About this task: Using the entries below, write out the line with "f 246 170 172", the line with "f 126 129 292", and every line in between, exactly as each is written.

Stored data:
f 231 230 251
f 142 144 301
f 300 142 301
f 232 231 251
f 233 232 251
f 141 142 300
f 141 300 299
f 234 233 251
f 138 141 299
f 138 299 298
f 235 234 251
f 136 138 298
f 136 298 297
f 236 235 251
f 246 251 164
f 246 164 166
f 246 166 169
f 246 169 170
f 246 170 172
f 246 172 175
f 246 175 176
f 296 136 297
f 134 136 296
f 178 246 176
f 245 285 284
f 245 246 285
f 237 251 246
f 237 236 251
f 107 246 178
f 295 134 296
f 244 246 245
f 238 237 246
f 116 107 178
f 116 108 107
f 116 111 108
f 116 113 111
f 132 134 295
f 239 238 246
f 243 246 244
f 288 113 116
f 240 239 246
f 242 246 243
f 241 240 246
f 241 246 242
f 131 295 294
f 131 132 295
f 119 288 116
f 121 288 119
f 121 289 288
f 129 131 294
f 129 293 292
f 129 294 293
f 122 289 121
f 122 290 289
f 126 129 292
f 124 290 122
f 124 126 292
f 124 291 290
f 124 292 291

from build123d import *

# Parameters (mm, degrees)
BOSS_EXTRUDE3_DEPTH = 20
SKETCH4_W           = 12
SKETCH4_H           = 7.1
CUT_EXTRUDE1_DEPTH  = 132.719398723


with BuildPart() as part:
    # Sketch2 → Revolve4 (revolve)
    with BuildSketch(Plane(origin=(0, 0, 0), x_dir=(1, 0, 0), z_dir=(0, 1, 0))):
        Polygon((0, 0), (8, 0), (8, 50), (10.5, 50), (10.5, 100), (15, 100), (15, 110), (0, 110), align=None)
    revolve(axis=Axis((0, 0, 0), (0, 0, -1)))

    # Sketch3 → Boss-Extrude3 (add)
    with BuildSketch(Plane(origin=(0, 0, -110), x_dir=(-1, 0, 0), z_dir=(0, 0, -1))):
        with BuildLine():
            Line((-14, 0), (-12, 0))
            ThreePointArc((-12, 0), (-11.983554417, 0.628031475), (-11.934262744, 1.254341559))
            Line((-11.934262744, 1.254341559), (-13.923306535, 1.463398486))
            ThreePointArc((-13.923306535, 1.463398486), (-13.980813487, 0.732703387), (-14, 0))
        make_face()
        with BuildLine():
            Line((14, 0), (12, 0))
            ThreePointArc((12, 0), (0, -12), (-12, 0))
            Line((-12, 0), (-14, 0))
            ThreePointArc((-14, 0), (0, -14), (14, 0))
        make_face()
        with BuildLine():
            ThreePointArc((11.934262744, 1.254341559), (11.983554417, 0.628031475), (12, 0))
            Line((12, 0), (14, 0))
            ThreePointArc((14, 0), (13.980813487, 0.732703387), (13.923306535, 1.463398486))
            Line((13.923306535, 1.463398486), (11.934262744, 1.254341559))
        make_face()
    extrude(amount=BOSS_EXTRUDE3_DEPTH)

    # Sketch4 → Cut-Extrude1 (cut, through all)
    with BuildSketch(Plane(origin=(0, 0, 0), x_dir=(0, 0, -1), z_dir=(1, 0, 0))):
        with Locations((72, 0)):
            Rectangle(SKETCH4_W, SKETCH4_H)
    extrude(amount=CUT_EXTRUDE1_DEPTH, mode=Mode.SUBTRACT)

...

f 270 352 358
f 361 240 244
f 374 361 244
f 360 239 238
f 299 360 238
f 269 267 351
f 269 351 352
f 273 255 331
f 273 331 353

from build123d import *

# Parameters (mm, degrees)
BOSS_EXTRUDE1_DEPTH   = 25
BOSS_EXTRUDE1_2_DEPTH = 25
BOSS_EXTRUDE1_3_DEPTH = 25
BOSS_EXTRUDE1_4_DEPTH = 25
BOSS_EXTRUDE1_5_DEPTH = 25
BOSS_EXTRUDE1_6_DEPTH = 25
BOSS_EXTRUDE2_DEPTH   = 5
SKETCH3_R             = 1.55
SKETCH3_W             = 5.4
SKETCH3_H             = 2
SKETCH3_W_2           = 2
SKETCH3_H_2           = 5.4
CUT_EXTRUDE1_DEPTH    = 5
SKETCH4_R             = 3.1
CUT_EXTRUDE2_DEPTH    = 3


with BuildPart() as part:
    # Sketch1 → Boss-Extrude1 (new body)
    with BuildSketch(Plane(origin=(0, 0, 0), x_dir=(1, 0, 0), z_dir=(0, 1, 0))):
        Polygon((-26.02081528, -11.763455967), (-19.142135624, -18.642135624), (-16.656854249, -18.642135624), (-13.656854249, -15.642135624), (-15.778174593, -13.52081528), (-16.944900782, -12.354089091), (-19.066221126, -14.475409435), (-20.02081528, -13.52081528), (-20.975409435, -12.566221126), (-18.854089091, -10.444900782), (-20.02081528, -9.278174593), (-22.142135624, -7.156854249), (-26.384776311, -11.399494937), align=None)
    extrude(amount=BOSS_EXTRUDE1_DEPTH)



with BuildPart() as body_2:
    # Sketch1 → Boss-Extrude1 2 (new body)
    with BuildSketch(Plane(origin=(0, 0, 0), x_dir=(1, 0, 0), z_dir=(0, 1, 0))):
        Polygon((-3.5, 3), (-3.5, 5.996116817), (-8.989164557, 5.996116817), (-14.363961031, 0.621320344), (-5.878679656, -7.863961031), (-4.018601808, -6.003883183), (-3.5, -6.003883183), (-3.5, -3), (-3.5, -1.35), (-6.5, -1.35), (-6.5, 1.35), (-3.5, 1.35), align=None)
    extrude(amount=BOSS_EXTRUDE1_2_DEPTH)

---

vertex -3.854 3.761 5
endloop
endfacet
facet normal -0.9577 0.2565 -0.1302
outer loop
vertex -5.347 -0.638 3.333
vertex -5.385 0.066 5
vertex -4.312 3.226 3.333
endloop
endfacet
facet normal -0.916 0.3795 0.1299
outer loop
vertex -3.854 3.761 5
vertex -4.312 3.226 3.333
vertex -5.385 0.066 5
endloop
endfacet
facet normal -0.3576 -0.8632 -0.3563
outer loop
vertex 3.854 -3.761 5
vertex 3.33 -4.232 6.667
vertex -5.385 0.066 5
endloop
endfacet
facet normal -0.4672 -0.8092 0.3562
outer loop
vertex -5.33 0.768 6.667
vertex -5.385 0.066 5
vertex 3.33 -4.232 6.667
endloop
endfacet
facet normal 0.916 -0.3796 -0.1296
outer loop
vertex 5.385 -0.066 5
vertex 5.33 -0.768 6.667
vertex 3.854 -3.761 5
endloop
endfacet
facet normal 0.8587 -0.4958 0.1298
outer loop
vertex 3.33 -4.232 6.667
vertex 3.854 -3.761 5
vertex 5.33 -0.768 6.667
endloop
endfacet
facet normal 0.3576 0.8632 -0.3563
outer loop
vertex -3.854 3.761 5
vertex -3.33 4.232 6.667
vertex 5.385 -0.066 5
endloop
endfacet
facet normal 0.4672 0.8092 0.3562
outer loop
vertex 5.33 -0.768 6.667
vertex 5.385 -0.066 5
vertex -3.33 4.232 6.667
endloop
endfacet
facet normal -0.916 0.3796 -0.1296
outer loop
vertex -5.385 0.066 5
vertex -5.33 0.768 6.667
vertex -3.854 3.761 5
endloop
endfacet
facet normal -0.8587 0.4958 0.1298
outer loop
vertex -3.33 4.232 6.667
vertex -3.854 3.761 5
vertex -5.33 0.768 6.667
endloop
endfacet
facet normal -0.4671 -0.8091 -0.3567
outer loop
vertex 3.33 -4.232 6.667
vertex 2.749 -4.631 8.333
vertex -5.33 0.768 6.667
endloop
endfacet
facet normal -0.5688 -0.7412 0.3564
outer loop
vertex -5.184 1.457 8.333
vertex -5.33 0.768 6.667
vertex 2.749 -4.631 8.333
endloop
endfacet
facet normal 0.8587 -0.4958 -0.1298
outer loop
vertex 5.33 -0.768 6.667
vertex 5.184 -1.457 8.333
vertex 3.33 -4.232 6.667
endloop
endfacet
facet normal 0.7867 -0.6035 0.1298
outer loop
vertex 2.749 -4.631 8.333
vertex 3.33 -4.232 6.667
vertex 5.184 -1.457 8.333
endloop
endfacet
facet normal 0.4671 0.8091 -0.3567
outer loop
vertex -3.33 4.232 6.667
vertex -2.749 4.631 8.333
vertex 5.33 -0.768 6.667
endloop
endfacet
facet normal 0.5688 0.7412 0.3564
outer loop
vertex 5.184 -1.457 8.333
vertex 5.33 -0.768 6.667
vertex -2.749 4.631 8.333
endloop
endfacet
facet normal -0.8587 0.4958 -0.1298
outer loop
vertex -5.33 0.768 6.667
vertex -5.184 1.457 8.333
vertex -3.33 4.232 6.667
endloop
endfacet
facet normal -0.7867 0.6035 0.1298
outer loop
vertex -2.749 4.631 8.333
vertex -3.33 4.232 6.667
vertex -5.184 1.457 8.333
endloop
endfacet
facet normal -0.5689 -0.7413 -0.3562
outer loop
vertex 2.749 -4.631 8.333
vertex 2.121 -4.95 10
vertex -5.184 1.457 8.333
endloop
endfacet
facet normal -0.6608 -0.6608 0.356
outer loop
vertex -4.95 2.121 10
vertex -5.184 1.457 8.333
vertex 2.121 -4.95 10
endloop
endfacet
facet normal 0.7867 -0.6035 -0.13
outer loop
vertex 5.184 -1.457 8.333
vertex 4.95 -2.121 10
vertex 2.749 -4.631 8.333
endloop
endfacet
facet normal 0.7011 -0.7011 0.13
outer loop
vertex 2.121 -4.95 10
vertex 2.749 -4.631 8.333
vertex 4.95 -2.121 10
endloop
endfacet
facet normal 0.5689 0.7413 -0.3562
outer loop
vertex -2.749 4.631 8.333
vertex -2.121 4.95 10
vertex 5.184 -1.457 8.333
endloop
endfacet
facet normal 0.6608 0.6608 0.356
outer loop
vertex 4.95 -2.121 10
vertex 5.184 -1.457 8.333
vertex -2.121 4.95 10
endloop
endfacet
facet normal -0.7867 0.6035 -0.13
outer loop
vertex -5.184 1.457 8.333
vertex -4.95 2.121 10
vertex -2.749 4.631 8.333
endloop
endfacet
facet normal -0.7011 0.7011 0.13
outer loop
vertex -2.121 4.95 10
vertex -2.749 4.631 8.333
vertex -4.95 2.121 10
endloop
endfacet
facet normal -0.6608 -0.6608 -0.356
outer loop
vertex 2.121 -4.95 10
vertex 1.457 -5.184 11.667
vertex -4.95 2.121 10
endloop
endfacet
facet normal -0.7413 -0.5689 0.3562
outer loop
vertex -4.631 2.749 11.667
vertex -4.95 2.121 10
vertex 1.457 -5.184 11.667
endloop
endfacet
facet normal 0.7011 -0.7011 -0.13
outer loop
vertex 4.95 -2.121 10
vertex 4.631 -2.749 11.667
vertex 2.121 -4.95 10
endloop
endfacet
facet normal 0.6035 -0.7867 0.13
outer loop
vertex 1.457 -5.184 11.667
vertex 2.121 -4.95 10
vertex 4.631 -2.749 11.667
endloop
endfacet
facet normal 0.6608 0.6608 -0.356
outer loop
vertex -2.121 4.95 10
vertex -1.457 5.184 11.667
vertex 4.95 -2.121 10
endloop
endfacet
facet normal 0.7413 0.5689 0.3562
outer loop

Answer space:
f 246 170 172
f 246 172 175
f 246 175 176
f 296 136 297
f 134 136 296
f 178 246 176
f 245 285 284
f 245 246 285
f 237 251 246
f 237 236 251
f 107 246 178
f 295 134 296
f 244 246 245
f 238 237 246
f 116 107 178
f 116 108 107
f 116 111 108
f 116 113 111
f 132 134 295
f 239 238 246
f 243 246 244
f 288 113 116
f 240 239 246
f 242 246 243
f 241 240 246
f 241 246 242
f 131 295 294
f 131 132 295
f 119 288 116
f 121 288 119
f 121 289 288
f 129 131 294
f 129 293 292
f 129 294 293
f 122 289 121
f 122 290 289
f 126 129 292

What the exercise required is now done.